Старый. С усами, как у Сталина на старых фотографиях, только добрее. Он пил чай из стакана в подстаканнике и смотрел на Гиви поверх очков.

— Ищу подарок. Бабушке восемьдесят.

— О! Восемьдесят — это уважение. — Старик встал. — Тогда серебро. Или...

Он не договорил. Проследил за взглядом Гиви.

Потому что Гиви уже не слушал. Он смотрел на картину.

Она стояла у стены, прислоненная, полускрытая ковром. Невеста. Молодая женщина в свадебном платье — но платье было черным. Угольно-черным, с черной же фатой, откинутой назад, и под этой фатой — лицо. Тонкое, смуглое, с огромными грузинскими глазами, в которых художник каким-то чудом поймал не радость невесты, а что-то другое. Гнев? Тоску? Обещание?

— Кто это? — Гиви присел на корточки.

Старик замолчал. Отставил чай.

— Это не на продажу, — сказал он.

— Все на продажу. Вопрос цены.

— Не эта. — Старик подошел, но остановился в двух шагах, будто картина была горячей. — Слушай меня, генацвале. Ее принес один человек в девяностых. Сказал — из дома на Бетлеми, что сгорел. Невесту звали Тамара. Ее выдавали за нелюбимого — за богатого старика с Авлабари. А она любила бедного. Художника.

— Дай угадаю. Он написал ее перед свадьбой.

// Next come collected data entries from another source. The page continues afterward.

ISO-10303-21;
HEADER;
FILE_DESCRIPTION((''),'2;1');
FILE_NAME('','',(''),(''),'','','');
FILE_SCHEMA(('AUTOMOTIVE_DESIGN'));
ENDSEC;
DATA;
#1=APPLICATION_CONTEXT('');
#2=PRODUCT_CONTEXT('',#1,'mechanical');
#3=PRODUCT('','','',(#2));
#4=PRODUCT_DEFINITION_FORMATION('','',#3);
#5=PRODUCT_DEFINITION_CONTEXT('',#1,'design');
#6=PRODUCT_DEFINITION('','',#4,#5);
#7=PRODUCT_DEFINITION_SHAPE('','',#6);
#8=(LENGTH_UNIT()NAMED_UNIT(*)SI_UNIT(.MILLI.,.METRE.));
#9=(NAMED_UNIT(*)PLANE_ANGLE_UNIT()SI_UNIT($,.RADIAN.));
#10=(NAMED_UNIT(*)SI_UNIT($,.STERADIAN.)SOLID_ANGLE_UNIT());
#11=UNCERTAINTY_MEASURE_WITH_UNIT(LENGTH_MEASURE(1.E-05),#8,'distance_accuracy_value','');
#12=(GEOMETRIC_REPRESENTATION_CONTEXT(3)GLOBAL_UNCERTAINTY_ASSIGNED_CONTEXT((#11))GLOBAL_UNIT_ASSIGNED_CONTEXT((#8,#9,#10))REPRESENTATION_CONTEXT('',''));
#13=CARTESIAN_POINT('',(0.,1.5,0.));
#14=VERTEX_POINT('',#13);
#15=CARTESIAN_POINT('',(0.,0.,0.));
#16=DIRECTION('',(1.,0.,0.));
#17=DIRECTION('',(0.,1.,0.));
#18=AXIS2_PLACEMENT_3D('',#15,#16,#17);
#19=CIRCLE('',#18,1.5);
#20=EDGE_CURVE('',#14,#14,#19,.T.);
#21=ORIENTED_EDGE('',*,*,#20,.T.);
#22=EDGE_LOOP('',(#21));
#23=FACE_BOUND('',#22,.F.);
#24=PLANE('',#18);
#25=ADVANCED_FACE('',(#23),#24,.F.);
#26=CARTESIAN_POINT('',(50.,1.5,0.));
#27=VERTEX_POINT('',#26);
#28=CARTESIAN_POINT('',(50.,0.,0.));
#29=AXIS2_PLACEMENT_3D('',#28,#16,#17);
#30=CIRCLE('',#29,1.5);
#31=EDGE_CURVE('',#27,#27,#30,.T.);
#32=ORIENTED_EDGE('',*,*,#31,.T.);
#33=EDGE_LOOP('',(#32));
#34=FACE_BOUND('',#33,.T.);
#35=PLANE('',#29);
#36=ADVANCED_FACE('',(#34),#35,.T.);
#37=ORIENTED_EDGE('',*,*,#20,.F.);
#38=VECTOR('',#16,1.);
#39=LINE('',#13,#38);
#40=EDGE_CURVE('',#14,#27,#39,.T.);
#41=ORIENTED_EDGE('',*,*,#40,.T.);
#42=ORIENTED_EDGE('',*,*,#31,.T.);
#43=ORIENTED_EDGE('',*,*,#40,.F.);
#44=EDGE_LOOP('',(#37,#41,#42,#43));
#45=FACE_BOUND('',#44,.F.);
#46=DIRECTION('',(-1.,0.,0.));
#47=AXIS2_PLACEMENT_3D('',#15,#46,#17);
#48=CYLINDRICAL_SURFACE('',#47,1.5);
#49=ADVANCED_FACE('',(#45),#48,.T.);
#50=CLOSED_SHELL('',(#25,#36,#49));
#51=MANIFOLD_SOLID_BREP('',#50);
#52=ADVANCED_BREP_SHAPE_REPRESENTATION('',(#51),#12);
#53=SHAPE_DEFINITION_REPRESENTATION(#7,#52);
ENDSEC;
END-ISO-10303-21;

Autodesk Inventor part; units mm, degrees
ref_plane "YZ Plane" through (0, 0, 0) normal (1, 0, 0) x (0, 1, 0)
ref_plane "XZ Plane" through (0, 0, 0) normal (0, 1, 0) x (-1, 0, 0)
ref_plane "XY Plane" through (0, 0, 0) normal (0, 0, 1) x (1, 0, 0)
sketch "スケッチ1" plane through (0, 0, 0) normal (1, 0, 0) x (0, 1, 0)
  circle A0 centre (0, 0) radius 1.5
  dimension "d0" = 3
extrude "押し出し1" add sketch "スケッチ1" along normal blind 50
properties part number "Shaft_350"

— Он написал ее в ночь перед свадьбой. В черном. Потому что для нее та свадьба была похоронами. А наутро ее нашли в Куре. У Метехского моста. — Старик перекрестился слева направо, по-грузински. — Художника посадили. Он умер в тюрьме, все звал ее. А картина... картина осталась.

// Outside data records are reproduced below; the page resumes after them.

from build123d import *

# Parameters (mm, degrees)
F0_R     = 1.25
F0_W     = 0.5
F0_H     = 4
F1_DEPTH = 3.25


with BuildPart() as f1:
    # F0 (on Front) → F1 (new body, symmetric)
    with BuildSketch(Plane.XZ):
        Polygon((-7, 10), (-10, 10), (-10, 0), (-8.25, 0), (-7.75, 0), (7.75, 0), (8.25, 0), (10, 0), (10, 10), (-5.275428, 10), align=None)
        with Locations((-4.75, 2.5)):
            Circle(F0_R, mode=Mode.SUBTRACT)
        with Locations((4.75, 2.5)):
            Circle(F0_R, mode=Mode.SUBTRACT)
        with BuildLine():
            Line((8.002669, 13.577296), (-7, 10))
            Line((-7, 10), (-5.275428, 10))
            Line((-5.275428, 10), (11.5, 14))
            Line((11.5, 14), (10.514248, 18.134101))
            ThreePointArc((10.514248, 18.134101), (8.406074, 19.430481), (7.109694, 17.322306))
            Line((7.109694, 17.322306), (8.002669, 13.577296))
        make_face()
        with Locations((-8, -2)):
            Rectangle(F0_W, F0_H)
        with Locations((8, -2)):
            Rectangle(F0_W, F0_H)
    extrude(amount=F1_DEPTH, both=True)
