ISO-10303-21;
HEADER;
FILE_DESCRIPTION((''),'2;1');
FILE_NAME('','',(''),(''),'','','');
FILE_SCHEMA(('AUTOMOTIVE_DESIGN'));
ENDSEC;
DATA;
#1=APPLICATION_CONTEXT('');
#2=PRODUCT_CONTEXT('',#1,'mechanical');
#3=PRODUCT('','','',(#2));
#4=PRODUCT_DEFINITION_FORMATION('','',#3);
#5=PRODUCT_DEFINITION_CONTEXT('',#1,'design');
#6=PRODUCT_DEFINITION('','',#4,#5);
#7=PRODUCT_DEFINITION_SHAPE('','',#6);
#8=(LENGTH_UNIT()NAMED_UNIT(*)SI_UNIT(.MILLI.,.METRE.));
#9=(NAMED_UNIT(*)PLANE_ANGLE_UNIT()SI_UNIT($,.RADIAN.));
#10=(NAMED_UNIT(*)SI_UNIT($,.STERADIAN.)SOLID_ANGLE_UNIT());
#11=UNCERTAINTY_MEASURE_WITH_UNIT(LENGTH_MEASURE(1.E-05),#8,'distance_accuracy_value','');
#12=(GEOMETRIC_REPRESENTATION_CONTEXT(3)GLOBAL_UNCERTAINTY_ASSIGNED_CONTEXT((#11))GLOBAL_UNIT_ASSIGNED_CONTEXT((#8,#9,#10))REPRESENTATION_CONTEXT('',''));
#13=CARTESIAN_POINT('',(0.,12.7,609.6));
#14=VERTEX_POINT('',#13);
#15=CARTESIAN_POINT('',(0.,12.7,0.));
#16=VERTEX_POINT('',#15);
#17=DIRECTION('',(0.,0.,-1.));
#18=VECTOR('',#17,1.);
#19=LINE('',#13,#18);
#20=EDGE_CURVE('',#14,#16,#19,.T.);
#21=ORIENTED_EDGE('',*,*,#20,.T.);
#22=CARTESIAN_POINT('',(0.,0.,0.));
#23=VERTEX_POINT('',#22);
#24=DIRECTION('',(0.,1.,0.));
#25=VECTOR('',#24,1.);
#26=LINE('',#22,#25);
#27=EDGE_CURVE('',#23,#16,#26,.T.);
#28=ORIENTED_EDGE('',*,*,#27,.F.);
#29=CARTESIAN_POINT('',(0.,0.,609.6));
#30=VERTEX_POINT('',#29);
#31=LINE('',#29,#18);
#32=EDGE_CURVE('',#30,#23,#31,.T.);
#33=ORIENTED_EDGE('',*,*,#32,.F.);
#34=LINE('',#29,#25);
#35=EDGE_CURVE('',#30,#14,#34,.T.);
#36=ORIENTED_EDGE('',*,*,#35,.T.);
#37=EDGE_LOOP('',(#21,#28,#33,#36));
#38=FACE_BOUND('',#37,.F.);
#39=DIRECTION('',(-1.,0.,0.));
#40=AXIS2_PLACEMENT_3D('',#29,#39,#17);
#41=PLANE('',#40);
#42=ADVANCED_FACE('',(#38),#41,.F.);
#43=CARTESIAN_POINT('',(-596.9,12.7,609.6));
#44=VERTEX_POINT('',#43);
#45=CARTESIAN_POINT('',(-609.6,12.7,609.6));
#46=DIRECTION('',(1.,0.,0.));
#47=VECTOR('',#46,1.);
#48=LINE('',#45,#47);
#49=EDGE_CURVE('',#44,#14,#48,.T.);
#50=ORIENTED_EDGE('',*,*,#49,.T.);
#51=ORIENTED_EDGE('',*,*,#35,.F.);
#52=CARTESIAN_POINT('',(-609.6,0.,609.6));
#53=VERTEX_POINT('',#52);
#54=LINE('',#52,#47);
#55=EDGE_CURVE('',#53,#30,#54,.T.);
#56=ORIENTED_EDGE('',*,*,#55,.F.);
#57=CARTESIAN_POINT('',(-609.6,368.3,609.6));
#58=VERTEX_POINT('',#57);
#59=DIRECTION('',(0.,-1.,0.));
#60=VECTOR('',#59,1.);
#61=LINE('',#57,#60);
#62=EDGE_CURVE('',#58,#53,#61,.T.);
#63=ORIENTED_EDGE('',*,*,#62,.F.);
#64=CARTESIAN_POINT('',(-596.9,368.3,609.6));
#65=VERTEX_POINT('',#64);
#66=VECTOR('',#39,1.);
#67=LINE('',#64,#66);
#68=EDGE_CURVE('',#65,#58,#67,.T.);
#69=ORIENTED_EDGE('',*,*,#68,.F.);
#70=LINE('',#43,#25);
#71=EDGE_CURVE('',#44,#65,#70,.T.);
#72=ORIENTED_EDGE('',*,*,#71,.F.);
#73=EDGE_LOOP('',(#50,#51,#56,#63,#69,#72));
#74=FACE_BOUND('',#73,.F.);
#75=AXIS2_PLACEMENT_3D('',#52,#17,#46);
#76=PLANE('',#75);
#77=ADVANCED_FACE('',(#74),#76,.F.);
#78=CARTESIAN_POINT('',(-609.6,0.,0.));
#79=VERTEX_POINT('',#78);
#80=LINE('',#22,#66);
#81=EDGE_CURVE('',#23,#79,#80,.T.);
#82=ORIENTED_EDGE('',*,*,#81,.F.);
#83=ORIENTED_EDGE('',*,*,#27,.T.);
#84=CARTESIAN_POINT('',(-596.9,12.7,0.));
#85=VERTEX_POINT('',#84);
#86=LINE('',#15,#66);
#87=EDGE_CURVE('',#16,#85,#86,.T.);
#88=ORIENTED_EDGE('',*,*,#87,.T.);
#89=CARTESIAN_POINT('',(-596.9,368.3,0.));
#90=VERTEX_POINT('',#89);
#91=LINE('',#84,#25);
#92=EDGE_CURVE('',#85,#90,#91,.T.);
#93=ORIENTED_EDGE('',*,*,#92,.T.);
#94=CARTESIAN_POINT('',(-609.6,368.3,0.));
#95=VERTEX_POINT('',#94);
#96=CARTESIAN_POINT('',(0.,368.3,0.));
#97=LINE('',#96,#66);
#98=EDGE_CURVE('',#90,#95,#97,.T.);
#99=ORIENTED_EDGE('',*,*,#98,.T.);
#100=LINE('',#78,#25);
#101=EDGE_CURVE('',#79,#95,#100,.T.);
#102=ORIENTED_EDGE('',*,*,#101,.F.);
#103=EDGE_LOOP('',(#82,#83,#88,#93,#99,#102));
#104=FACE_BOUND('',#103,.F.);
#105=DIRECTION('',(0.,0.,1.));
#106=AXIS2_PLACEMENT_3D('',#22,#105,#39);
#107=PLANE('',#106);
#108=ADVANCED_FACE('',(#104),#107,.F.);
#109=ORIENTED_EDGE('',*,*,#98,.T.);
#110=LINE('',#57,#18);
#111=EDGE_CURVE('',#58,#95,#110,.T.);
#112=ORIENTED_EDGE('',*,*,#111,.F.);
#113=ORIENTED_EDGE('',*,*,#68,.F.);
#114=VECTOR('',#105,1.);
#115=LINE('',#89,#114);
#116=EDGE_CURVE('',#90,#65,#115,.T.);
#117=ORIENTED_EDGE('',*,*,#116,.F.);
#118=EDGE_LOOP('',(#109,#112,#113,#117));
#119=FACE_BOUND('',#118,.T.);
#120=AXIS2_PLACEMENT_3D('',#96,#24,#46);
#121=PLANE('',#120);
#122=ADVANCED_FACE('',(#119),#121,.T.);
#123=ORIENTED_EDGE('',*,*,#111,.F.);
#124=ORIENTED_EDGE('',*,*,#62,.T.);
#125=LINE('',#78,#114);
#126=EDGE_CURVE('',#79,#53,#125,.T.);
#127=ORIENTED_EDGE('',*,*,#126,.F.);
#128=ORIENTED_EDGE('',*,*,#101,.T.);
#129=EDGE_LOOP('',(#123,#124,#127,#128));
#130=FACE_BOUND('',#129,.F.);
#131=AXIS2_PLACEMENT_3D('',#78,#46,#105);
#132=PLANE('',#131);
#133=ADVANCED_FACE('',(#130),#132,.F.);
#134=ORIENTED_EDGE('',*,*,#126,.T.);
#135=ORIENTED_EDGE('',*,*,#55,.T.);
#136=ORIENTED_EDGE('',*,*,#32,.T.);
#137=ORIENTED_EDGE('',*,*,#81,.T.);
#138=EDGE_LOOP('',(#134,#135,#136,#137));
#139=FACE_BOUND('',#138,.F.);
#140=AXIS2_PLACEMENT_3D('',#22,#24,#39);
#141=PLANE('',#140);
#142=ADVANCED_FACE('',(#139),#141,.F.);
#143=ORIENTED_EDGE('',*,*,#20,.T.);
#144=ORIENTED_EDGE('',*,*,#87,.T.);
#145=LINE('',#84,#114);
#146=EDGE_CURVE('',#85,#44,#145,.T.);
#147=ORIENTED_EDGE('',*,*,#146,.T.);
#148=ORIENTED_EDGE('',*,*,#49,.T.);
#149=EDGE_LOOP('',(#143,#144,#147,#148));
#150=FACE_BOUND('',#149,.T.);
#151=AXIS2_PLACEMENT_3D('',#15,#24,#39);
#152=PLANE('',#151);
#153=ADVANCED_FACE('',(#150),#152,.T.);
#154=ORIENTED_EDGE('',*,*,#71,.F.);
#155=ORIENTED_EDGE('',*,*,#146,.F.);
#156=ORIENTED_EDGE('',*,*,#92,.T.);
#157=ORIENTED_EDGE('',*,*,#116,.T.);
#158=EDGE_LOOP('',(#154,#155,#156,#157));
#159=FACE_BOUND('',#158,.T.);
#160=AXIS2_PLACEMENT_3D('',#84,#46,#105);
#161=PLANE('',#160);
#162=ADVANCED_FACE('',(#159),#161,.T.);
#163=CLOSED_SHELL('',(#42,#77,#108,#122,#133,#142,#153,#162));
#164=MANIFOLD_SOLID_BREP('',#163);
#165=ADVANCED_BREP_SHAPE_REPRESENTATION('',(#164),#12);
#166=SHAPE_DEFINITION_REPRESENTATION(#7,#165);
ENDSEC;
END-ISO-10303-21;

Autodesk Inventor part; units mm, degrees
ref_plane "YZ Plane" through (0, 0, 0) normal (1, 0, 0) x (0, 1, 0)
ref_plane "XZ Plane" through (0, 0, 0) normal (0, 1, 0) x (-1, 0, 0)
ref_plane "XY Plane" through (0, 0, 0) normal (0, 0, 1) x (1, 0, 0)
sketch "Sketch1" plane through (0, 0, 0) normal (0, 1, 0) x (-1, 0, 0)
  line L0 (0, 0) -> (609.6, 0)
  line L1 (609.6, 0) -> (609.6, 609.6)
  line L2 (609.6, 609.6) -> (0, 609.6)
  line L3 (0, 609.6) -> (0, 0)
  dimension "d0" = 609.6
  dimension "d1" = 609.6
extrude "Extrusion1" add sketch "Sketch1" along normal blind 12.7
sketch "Sketch2" plane through (0, 12.7, 0) normal (0, 1, 0) x (1, 0, 0)
  line L0 (0, 0) -> (-609.6, 0) projected
  line L1 (-609.6, 0) -> (-596.9, 0)
  line L2 (-596.9, 0) -> (-596.9, -609.6)
  line L3 (-596.9, -609.6) -> (-609.6, -609.6)
  line L4 (-609.6, -609.6) -> (-609.6, 0)
  dimension "d4" = 12.7
  dimension "d5" = 609.6
extrude "Extrusion2" add sketch "Sketch2" along normal blind 355.6
properties part number "foam-tile"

Гиви был не суеверен. Он строил из бетона и стекла, он верил в сопромат и сметы. Но что-то в этих черных глазах держало его на месте, как гвоздем.

— Сколько?

— Ты не слышал меня.

— Слышал. Красивая легенда. Сколько?

Старик долго молчал. Потом назвал цену — смешную, до обидного низкую, будто хотел поскорее избавиться. И добавил, заворачивая картину в тот самый ковер:

— Одно условие. Не вешай ее напротив кровати. Никогда. Она приходит к тем, кто спит один. А ты, я вижу... — он глянул на голый безымянный палец Гиви, — ты спишь один.

Гиви засмеялся. На лестнице, поднимаясь к свету, к цветущей алыче, он все еще улыбался.

Повесил он ее, конечно, напротив кровати. А куда еще — в спальне была единственная свободная стена.

Первую ночь ничего.

Вторую тоже — если не считать, что он проснулся в три и ему показалось, будто в комнате пахнет речной водой. Тиной, сыростью, Курой. Он списал на открытое окно.

На третью она пришла.

Гиви не спал — вот что он потом повторял себе снова и снова. Он лежал в темноте, слушал, как где-то в Сололаки лает собака, как капает кран, и вдруг матрас с краю прогнулся. Как будто кто-то сел.

Он не мог пошевелиться. Тело стало чужим, тяжелым, ватным. Только глаза — глаза видели.

Она сидела на краю кровати. В черном. Фата стекала по спине. От нее тянуло холодом и речной водой, и — странно — тонким запахом флердоранжа, свадебных цветов. Она повернулась.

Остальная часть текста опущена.